Hi JenniD, is that the one on Luddery Hill?  I'm sure that's called Oaktree.  If it is, I have a client there who apparently pays £100 per horse per month and that includes hay (might have gone up a bit by now given the hay shortage).  He does keep at least 3 horses there at any one time though, so it's possible he gets a discount!


----------



## JenniD (14 August 2018)

FFAQ said:



			Hi JenniD, is that the one on Luddery Hill?  I'm sure that's called Oaktree.  If it is, I have a client there who apparently pays £100 per horse per month and that includes hay (might have gone up a bit by now given the hay shortage).  He does keep at least 3 horses there at any one time though, so it's possible he gets a discount!
		
Click to expand...

Yes! That's the one! Luddery Farm. It's really nice and friendly. I've been up there a few times now. Very professional and have met briefly a few of the horse owns. They charge £140 a month with hay now.

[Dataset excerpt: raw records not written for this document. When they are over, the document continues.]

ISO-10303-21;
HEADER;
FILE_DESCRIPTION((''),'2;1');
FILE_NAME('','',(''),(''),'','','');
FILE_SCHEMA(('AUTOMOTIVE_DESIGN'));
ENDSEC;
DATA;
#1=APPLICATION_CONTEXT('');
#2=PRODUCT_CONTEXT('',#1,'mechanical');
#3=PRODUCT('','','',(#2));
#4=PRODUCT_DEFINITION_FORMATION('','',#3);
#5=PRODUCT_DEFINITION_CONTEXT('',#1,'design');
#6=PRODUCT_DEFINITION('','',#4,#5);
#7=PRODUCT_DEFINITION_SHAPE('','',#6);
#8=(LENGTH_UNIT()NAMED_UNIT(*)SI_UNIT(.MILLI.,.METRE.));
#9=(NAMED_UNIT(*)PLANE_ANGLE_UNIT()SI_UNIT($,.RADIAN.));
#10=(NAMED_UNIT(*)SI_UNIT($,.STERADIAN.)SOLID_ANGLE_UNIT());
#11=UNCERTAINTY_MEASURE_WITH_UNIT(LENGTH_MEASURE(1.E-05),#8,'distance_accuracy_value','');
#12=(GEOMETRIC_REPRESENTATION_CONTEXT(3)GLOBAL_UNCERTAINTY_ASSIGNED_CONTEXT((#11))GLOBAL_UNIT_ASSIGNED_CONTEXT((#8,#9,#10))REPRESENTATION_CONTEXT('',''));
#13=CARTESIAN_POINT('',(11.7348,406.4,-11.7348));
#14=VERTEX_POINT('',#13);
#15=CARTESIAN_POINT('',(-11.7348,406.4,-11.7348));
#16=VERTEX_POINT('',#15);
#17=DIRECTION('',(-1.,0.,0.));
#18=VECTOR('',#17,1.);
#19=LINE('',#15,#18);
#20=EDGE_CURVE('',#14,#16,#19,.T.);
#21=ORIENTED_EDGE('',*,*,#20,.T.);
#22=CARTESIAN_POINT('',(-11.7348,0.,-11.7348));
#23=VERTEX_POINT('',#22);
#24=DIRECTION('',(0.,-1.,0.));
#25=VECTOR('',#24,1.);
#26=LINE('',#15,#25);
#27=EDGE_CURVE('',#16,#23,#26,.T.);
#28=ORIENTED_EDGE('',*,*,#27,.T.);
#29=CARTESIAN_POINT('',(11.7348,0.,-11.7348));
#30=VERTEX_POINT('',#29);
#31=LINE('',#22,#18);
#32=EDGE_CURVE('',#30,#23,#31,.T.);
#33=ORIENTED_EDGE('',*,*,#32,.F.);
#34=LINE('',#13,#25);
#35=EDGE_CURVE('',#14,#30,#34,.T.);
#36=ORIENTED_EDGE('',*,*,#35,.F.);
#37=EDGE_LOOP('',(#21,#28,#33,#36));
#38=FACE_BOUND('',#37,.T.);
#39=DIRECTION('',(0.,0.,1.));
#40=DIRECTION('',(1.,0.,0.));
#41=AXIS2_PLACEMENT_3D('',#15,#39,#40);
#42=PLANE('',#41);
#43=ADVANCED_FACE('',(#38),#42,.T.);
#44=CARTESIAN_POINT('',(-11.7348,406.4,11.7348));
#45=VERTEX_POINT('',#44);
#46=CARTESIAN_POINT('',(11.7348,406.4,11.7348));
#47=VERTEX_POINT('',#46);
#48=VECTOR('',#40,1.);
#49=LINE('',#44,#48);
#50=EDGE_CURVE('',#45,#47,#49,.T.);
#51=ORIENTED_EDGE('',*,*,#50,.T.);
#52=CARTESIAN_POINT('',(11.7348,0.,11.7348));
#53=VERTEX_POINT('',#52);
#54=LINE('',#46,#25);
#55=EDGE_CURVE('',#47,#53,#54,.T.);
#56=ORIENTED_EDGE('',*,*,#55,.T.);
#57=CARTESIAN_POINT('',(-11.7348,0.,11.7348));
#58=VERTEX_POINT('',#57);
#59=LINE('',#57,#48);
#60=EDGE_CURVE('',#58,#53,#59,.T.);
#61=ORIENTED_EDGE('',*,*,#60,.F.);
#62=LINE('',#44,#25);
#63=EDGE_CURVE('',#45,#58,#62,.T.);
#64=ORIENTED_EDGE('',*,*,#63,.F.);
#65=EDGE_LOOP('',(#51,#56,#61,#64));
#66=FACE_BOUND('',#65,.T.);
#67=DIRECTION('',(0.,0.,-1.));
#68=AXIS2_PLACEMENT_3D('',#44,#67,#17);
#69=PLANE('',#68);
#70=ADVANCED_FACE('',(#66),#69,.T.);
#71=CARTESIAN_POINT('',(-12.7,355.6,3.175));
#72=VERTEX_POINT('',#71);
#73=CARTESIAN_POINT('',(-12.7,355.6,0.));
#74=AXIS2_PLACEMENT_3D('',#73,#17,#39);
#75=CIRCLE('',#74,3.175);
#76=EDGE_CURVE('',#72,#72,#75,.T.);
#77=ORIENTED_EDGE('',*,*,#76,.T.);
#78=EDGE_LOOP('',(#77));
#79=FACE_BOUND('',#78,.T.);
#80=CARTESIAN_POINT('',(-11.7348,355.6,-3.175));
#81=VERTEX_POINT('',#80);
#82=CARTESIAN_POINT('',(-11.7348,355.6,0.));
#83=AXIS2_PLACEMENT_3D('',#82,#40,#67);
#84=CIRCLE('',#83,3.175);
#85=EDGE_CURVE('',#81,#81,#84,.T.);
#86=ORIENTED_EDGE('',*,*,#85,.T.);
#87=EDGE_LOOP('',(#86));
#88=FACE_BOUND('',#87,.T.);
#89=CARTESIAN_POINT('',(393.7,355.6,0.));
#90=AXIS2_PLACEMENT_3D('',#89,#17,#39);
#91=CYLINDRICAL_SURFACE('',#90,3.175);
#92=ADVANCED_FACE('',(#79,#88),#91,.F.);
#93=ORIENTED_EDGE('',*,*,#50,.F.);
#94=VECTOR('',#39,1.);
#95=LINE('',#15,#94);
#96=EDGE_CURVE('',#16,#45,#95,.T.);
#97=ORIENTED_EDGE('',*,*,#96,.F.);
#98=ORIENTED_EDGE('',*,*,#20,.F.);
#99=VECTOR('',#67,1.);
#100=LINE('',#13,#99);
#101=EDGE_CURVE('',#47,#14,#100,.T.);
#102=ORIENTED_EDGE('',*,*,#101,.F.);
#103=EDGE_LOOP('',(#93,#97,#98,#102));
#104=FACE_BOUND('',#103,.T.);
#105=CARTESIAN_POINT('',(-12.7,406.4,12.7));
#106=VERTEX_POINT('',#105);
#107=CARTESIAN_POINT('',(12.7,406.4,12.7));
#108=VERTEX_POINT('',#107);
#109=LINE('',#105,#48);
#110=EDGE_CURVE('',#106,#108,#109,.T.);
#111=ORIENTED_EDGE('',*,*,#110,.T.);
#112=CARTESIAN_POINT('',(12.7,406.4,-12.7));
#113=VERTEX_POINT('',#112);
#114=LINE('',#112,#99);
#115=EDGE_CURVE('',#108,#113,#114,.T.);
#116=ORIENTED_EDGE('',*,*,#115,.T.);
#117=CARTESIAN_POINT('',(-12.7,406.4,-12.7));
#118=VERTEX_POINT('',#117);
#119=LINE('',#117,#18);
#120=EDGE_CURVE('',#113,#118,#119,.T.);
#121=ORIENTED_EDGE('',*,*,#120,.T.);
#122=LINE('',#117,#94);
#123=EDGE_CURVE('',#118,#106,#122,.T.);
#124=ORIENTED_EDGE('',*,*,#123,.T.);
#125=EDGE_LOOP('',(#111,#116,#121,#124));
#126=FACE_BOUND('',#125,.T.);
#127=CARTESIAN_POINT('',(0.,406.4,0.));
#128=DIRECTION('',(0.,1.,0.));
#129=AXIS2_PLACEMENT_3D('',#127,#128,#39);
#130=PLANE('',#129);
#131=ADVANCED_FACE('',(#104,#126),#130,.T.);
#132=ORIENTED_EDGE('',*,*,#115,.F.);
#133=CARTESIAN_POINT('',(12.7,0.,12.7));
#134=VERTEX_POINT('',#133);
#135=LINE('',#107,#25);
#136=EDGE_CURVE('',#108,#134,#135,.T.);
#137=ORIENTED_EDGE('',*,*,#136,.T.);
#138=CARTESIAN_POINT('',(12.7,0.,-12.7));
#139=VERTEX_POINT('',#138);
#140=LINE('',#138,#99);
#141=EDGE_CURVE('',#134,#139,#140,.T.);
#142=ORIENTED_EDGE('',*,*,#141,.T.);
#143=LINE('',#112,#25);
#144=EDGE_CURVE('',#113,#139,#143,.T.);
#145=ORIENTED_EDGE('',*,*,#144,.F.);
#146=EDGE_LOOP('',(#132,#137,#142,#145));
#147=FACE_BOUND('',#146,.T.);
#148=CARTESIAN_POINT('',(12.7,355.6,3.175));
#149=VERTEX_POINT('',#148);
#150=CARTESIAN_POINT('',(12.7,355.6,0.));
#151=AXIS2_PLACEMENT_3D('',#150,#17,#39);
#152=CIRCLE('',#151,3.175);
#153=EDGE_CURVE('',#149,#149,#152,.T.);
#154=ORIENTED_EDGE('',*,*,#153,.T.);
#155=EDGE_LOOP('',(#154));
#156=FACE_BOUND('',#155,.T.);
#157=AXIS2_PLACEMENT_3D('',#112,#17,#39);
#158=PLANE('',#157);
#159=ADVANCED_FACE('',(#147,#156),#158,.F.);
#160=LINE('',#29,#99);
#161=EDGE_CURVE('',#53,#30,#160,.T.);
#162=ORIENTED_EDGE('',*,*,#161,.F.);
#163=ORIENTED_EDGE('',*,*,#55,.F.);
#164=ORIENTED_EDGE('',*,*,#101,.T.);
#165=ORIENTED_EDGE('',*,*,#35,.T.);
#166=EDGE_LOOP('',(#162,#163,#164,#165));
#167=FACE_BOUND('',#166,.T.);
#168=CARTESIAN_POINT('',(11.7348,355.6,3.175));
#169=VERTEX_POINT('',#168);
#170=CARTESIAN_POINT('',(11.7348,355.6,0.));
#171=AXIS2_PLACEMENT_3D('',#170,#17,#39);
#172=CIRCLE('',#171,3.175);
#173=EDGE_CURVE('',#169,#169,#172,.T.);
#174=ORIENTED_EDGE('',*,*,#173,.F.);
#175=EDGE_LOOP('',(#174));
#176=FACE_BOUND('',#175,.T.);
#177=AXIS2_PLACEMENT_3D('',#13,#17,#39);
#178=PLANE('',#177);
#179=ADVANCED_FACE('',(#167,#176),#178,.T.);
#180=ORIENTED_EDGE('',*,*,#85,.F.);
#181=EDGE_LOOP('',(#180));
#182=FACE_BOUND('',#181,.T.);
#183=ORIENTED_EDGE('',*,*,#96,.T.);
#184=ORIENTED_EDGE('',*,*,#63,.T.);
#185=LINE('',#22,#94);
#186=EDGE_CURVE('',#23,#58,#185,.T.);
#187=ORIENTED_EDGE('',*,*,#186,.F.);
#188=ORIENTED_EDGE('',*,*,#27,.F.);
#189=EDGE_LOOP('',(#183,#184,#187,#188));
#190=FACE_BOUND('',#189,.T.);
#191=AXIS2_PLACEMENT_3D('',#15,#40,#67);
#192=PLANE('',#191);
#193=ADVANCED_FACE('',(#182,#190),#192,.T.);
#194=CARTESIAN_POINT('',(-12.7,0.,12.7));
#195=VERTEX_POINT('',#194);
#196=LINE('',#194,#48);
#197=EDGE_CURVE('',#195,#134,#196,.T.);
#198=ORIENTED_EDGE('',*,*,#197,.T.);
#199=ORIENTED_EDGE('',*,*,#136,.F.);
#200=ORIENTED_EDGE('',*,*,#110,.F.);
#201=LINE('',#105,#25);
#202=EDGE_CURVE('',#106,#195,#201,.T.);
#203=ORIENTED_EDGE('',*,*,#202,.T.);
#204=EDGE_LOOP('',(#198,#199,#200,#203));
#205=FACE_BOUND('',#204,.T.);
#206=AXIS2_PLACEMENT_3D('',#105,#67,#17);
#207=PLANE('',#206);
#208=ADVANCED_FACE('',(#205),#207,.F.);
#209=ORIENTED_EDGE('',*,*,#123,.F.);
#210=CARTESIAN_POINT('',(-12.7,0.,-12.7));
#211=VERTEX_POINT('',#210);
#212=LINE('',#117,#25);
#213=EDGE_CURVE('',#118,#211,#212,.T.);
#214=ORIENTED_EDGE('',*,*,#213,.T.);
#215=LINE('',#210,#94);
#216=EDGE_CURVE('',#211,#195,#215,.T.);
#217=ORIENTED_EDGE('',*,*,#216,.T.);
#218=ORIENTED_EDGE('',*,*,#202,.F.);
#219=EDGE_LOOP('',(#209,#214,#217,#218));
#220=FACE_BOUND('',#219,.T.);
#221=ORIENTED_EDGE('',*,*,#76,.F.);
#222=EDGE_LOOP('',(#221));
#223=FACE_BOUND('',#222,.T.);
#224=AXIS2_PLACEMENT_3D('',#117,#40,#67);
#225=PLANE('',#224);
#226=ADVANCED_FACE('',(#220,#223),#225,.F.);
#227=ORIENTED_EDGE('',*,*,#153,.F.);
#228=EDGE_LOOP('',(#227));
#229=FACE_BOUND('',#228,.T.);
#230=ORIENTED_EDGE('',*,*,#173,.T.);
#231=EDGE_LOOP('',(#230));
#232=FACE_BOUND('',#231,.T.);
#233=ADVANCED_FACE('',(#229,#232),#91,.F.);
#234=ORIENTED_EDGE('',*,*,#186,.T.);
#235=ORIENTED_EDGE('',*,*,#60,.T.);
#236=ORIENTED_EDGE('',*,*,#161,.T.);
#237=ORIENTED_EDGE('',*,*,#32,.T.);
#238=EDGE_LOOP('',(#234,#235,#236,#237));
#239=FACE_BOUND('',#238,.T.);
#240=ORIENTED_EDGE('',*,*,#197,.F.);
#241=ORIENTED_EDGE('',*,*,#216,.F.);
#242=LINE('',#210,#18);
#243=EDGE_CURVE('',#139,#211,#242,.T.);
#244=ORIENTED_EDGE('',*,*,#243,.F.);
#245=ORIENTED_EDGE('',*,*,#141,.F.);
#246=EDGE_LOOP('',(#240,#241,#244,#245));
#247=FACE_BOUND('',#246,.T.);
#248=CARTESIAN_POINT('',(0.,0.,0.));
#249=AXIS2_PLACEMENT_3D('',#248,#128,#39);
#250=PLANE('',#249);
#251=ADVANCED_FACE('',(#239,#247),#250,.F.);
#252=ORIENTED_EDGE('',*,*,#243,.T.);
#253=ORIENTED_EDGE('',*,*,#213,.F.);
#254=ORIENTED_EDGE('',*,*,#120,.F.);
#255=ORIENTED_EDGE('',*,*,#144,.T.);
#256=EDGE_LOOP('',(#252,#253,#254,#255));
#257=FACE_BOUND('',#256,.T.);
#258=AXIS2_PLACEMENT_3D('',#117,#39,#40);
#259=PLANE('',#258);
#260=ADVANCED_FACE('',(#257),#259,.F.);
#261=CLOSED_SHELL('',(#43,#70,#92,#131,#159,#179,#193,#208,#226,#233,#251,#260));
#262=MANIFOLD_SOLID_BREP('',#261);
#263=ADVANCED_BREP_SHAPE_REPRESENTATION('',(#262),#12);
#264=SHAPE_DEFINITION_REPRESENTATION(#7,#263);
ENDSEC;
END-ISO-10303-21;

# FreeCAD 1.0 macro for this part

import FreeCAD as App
import Part
import Sketcher
from FreeCAD import Vector
Q = App.Units.Quantity

doc = App.newDocument("Part")
body = doc.addObject("PartDesign::Body", "Body")

# Sketch on XZ plane
sketch1 = doc.addObject("Sketcher::SketchObject", "Sketch")
body.addObject(sketch1)
sketch1.AttachmentSupport = (doc.XZ_Plane, [""])
sketch1.MapMode = "FlatFace"
sketch1.addGeometry([
    Part.LineSegment(Vector(-13, -13, 0), Vector(-13, 13, 0)),  # 0
    Part.LineSegment(Vector(-13, 13, 0), Vector(13, 13, 0)),  # 1
    Part.LineSegment(Vector(13, 13, 0), Vector(13, -13, 0)),  # 2
    Part.LineSegment(Vector(13, -13, 0), Vector(-13, -13, 0)),  # 3
    Part.LineSegment(Vector(12, 12, 0), Vector(-12, 12, 0)),  # 4
    Part.LineSegment(Vector(-12, 12, 0), Vector(-12, -12, 0)),  # 5
    Part.LineSegment(Vector(-12, -12, 0), Vector(12, -12, 0)),  # 6
    Part.LineSegment(Vector(12, -12, 0), Vector(12, 12, 0)),  # 7
], False)
sketch1.addConstraint([
    Sketcher.Constraint("Coincident", 0, 2, 1, 1),
    Sketcher.Constraint("Coincident", 1, 2, 2, 1),
    Sketcher.Constraint("Coincident", 2, 2, 3, 1),
    Sketcher.Constraint("Coincident", 3, 2, 0, 1),
    Sketcher.Constraint("Coincident", 4, 2, 5, 1),
    Sketcher.Constraint("Coincident", 5, 2, 6, 1),
    Sketcher.Constraint("Coincident", 6, 2, 7, 1),
    Sketcher.Constraint("Coincident", 7, 2, 4, 1),
    Sketcher.Constraint("Vertical", 0),
    Sketcher.Constraint("Horizontal", 1),
    Sketcher.Constraint("Vertical", 2),
    Sketcher.Constraint("Horizontal", 3),
    Sketcher.Constraint("Horizontal", 4),
    Sketcher.Constraint("Vertical", 5),
    Sketcher.Constraint("Horizontal", 6),
    Sketcher.Constraint("Vertical", 7),
    Sketcher.Constraint("Symmetric", 0, 2, 2, 2, -1, 1),
    Sketcher.Constraint("Symmetric", 4, 2, 6, 2, -1, 1),
    Sketcher.Constraint("Equal", 3, 0),
    Sketcher.Constraint("Equal", 6, 5),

For an extra modest fee they'll feed and turn out should the need arise. Fancy that! I'm impressed with it. I'm going to go there and do odd bits for them..just mucking out etc....for my benefit only! They didn't ask me. If I'm getting into it again then I want all the experience I can gain and the way to do it in my book is to roll your sleeves up and dive in! And it's fun too. Thanks for that FFAQ. I might even run into him! I'll chuck him a shovel!! Haha! Take care.


----------



## FFAQ (15 August 2018)

Ah, well maybe we'll bump in to each other one day!  I'm an equine podiatrist and go there to trim my clients endurance horses.  I drive a grey horsebox, so say hi if you recognise me!


----------



## JenniD (15 August 2018)

We may just bump into each other yes!  I have a feeling I've seen your horsebox. Do you by any chance have business cards in Churchinford Community Shop? I'll say Hi! It would be interesting to see you work. I've never come across an equine podiatrist before.


----------



## FFAQ (15 August 2018)

If I do, I didn't put them there, but one of my clients may have!


----------



## JenniD (15 August 2018)

Ahh! Maybe.


----------